_ACTIVITY_.
Scan the records below for the line with "f 172 39 42" and the line with "f 170 86 88". Repeat those two lines and every line between them exactly, and nothing else.
======== MATERIAL PROVIDED ========
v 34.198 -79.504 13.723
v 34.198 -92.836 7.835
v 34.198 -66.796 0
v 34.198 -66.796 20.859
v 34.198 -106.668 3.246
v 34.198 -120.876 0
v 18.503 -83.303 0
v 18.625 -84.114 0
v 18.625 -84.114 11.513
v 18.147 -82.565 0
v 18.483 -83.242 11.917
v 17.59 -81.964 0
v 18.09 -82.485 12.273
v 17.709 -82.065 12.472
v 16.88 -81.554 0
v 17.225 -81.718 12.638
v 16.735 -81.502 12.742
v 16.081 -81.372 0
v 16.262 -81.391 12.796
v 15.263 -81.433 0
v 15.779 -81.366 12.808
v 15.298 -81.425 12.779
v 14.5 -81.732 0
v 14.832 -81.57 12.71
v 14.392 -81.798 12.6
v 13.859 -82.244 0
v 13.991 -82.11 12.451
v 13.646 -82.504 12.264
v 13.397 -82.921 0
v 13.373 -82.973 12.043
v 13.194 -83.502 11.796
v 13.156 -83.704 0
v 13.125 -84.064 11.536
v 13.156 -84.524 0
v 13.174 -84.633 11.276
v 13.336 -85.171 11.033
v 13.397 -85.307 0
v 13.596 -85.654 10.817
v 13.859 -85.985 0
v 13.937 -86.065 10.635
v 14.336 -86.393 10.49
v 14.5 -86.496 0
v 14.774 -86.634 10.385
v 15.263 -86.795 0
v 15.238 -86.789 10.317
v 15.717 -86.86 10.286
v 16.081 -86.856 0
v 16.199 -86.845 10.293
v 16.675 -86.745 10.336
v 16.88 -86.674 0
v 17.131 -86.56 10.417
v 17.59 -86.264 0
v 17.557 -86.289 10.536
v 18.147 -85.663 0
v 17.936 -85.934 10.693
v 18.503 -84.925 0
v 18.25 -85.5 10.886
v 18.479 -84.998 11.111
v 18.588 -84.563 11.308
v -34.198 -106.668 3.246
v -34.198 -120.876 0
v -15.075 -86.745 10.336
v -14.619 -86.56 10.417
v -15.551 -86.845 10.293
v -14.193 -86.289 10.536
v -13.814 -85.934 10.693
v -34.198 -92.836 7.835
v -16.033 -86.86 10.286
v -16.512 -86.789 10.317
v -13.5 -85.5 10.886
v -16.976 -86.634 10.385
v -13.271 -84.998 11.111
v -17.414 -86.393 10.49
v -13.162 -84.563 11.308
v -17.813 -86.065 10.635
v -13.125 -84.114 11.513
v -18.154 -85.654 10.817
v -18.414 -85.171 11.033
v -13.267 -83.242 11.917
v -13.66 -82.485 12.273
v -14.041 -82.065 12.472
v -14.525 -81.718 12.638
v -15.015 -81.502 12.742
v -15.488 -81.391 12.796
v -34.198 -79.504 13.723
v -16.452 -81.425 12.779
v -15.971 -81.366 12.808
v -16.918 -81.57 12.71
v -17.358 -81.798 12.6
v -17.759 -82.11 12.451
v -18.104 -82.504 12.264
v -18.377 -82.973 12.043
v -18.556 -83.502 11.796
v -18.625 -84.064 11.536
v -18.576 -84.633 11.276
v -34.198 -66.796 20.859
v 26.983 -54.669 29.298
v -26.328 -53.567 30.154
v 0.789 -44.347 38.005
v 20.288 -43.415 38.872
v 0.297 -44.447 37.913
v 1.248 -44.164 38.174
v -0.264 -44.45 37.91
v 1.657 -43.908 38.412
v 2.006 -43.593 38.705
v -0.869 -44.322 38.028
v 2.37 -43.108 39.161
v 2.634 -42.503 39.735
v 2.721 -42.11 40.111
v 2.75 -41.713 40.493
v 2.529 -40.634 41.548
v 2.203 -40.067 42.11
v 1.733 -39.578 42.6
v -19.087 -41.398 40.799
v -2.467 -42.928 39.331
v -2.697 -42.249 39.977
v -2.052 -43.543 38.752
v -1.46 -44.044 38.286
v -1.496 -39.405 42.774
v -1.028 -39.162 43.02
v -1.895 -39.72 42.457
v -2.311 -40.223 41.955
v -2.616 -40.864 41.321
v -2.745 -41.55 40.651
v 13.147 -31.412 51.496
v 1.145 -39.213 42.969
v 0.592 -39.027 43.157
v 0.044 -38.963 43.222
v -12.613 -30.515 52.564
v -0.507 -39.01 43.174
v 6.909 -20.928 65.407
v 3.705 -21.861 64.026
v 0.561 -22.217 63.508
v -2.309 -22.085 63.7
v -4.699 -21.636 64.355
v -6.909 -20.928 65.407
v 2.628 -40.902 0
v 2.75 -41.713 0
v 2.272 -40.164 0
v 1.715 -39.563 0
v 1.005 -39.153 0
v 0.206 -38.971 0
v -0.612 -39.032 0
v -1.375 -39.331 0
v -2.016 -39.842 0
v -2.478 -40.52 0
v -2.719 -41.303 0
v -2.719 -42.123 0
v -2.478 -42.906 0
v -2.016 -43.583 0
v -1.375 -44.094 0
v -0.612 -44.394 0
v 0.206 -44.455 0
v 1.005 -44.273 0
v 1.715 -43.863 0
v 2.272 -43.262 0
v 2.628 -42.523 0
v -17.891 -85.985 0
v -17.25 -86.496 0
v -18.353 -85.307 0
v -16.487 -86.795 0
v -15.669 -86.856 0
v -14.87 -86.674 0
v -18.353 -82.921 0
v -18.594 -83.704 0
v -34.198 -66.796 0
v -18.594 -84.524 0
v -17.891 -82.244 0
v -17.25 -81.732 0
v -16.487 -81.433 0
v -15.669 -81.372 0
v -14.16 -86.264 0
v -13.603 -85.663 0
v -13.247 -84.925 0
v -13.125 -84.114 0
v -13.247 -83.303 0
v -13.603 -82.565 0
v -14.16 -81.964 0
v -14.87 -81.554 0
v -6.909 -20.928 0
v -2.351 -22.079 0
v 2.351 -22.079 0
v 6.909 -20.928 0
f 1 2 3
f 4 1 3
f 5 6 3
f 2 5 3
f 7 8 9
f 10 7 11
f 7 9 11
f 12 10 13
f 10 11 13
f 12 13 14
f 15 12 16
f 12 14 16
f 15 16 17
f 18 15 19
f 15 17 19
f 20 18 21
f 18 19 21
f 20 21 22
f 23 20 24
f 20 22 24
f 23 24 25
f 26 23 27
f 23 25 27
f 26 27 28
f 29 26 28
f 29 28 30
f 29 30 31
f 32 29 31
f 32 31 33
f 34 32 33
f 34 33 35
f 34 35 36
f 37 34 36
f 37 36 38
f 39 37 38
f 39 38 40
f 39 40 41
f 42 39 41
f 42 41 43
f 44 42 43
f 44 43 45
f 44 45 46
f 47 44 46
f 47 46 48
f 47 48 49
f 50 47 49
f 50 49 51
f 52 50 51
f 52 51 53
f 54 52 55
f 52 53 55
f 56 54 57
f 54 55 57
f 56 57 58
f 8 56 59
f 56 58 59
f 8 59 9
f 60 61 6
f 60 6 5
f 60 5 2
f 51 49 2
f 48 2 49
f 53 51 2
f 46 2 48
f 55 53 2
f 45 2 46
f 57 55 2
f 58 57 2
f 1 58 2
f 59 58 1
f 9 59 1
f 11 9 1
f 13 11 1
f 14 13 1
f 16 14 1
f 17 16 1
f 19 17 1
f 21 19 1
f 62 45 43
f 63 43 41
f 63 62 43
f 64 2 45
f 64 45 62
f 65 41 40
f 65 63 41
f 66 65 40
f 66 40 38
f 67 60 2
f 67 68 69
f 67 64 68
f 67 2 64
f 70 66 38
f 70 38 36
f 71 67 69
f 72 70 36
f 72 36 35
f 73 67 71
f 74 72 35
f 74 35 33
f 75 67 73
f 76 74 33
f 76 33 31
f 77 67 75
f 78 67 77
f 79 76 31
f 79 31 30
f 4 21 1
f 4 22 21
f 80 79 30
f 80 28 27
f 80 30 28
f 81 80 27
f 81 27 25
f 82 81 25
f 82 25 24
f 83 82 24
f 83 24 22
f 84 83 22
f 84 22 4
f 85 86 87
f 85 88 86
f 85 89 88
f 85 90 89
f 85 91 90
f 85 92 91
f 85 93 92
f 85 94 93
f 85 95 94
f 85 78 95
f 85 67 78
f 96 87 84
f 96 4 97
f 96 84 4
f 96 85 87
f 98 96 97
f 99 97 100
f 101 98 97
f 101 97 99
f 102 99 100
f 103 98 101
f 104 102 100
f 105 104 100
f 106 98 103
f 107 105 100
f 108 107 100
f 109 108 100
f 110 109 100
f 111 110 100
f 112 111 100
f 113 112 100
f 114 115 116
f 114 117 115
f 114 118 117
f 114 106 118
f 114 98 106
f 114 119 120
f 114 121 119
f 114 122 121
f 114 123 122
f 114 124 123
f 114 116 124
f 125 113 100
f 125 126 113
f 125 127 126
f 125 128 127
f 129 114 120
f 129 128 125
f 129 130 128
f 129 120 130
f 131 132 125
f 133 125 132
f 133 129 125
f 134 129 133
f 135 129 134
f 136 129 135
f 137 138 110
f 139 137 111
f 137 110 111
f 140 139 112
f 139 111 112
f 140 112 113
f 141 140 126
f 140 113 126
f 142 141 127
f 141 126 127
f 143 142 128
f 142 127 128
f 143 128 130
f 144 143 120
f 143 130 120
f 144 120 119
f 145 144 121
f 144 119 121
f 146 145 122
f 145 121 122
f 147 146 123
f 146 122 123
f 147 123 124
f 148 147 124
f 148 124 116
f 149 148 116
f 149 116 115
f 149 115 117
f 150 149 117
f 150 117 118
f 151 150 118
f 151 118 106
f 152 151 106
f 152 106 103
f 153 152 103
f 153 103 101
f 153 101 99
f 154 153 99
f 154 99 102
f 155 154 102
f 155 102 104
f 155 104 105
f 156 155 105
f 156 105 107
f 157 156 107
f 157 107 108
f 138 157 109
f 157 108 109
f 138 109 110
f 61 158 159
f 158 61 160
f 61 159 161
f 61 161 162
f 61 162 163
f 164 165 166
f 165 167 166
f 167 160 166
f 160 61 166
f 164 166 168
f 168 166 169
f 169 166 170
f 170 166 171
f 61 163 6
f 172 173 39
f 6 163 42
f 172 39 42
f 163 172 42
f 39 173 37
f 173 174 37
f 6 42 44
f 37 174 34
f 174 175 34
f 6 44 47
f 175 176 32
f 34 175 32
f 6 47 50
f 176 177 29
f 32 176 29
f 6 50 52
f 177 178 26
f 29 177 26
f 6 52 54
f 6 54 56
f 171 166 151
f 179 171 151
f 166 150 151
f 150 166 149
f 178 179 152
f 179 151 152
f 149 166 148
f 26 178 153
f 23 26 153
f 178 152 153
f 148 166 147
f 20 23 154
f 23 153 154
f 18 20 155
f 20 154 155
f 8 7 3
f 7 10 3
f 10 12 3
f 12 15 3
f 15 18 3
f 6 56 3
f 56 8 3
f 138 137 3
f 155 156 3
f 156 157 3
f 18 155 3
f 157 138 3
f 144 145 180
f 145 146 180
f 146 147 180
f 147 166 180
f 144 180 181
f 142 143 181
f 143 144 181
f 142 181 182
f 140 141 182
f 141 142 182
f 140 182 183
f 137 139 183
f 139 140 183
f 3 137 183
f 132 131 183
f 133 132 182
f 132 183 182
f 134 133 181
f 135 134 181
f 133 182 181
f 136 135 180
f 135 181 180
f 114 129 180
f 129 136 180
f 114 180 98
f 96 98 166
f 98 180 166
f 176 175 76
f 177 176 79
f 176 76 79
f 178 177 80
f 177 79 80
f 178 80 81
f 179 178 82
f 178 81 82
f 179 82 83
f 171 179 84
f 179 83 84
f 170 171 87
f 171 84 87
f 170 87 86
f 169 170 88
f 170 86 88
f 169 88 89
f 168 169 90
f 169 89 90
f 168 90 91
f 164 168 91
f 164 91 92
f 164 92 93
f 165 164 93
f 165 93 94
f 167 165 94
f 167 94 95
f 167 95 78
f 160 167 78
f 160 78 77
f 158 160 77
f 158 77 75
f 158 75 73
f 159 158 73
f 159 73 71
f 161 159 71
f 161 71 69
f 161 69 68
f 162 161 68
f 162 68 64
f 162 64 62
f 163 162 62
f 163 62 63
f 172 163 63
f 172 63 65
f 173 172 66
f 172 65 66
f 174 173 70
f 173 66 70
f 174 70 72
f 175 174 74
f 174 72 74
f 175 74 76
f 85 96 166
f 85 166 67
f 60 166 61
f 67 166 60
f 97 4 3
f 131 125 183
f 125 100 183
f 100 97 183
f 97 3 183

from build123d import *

# Parameters (mm, degrees)
BOSS_EXTRUDE1_DEPTH  = 76.2
CUT_EXTRUDE1_START   = -34.198033
CUT_EXTRUDE1_DEPTH   = 68.396066318
M5_CLEARANCE_HOLE1_D = 5.5
CUT_EXTRUDE2_REACH   = 144.97
SKETCH10_R           = 19.05


with BuildPart() as part:
    # Sketch1 → Boss-Extrude1 (new body)
    with BuildSketch(Plane.XY):
        Polygon((34.198033159, -120.876287401), (34.198033159, -66.796344186), (0, -9.314618425), (-34.198033159, -66.796344186), (-34.198033159, -120.876287401), align=None)
    extrude(amount=BOSS_EXTRUDE1_DEPTH)

    # Sketch2 → Cut-Extrude1 (cut)
    with BuildSketch(Plane(origin=(0, 0, 0), x_dir=(0, 0, -1), z_dir=(1, 0, 0)).offset(CUT_EXTRUDE1_START)):
        with BuildLine():
            Line((-76.2, -120.876287401), (0, -120.876287401))
            ThreePointArc((0, -120.876287401), (-23.444492551, -62.806448146), (-68.2625, -19.067487592))
            Line((-68.2625, -19.067487592), (-68.2625, -9.314618425))
            Line((-68.2625, -9.314618425), (-76.2, -9.314618425))
            Line((-76.2, -9.314618425), (-76.2, -22.225))
            Line((-76.2, -22.225), (-76.2, -66.796344186))
            Line((-76.2, -66.796344186), (-76.2, -120.876287401))
        make_face()
    extrude(amount=CUT_EXTRUDE1_DEPTH, mode=Mode.SUBTRACT)

    # M5 Clearance Hole1 (through all)
    with Locations(Plane(origin=(0, 0, 0), x_dir=(-1, 0, 0), z_dir=(0, 0, -1))):
        with Locations((-15.875, -84.114050529), (15.875, -84.114050529), (0, -41.712872808)):
            Hole(M5_CLEARANCE_HOLE1_D / 2)

    # Sketch10 → Cut-Extrude2 (cut, up to next)
    with BuildSketch(Plane(origin=(0, 0, 0), x_dir=(-1, 0, 0), z_dir=(0, 0, -1)), mode=Mode.PRIVATE) as cut_extrude2_sk1:
        with Locations((0, -3.175)):
            Circle(SKETCH10_R)
    cut_extrude2_tool1 = extrude(cut_extrude2_sk1.sketch, amount=-CUT_EXTRUDE2_REACH, mode=Mode.PRIVATE) & part.part
    add(cut_extrude2_tool1.solids().sort_by_distance((0, -3.175, 0))[0], mode=Mode.SUBTRACT)


solid = part.part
========
_RESULT_.
f 172 39 42
f 163 172 42
f 39 173 37
f 173 174 37
f 6 42 44
f 37 174 34
f 174 175 34
f 6 44 47
f 175 176 32
f 34 175 32
f 6 47 50
f 176 177 29
f 32 176 29
f 6 50 52
f 177 178 26
f 29 177 26
f 6 52 54
f 6 54 56
f 171 166 151
f 179 171 151
f 166 150 151
f 150 166 149
f 178 179 152
f 179 151 152
f 149 166 148
f 26 178 153
f 23 26 153
f 178 152 153
f 148 166 147
f 20 23 154
f 23 153 154
f 18 20 155
f 20 154 155
f 8 7 3
f 7 10 3
f 10 12 3
f 12 15 3
f 15 18 3
f 6 56 3
f 56 8 3
f 138 137 3
f 155 156 3
f 156 157 3
f 18 155 3
f 157 138 3
f 144 145 180
f 145 146 180
f 146 147 180
f 147 166 180
f 144 180 181
f 142 143 181
f 143 144 181
f 142 181 182
f 140 141 182
f 141 142 182
f 140 182 183
f 137 139 183
f 139 140 183
f 3 137 183
f 132 131 183
f 133 132 182
f 132 183 182
f 134 133 181
f 135 134 181
f 133 182 181
f 136 135 180
f 135 181 180
f 114 129 180
f 129 136 180
f 114 180 98
f 96 98 166
f 98 180 166
f 176 175 76
f 177 176 79
f 176 76 79
f 178 177 80
f 177 79 80
f 178 80 81
f 179 178 82
f 178 81 82
f 179 82 83
f 171 179 84
f 179 83 84
f 170 171 87
f 171 84 87
f 170 87 86
f 169 170 88
f 170 86 88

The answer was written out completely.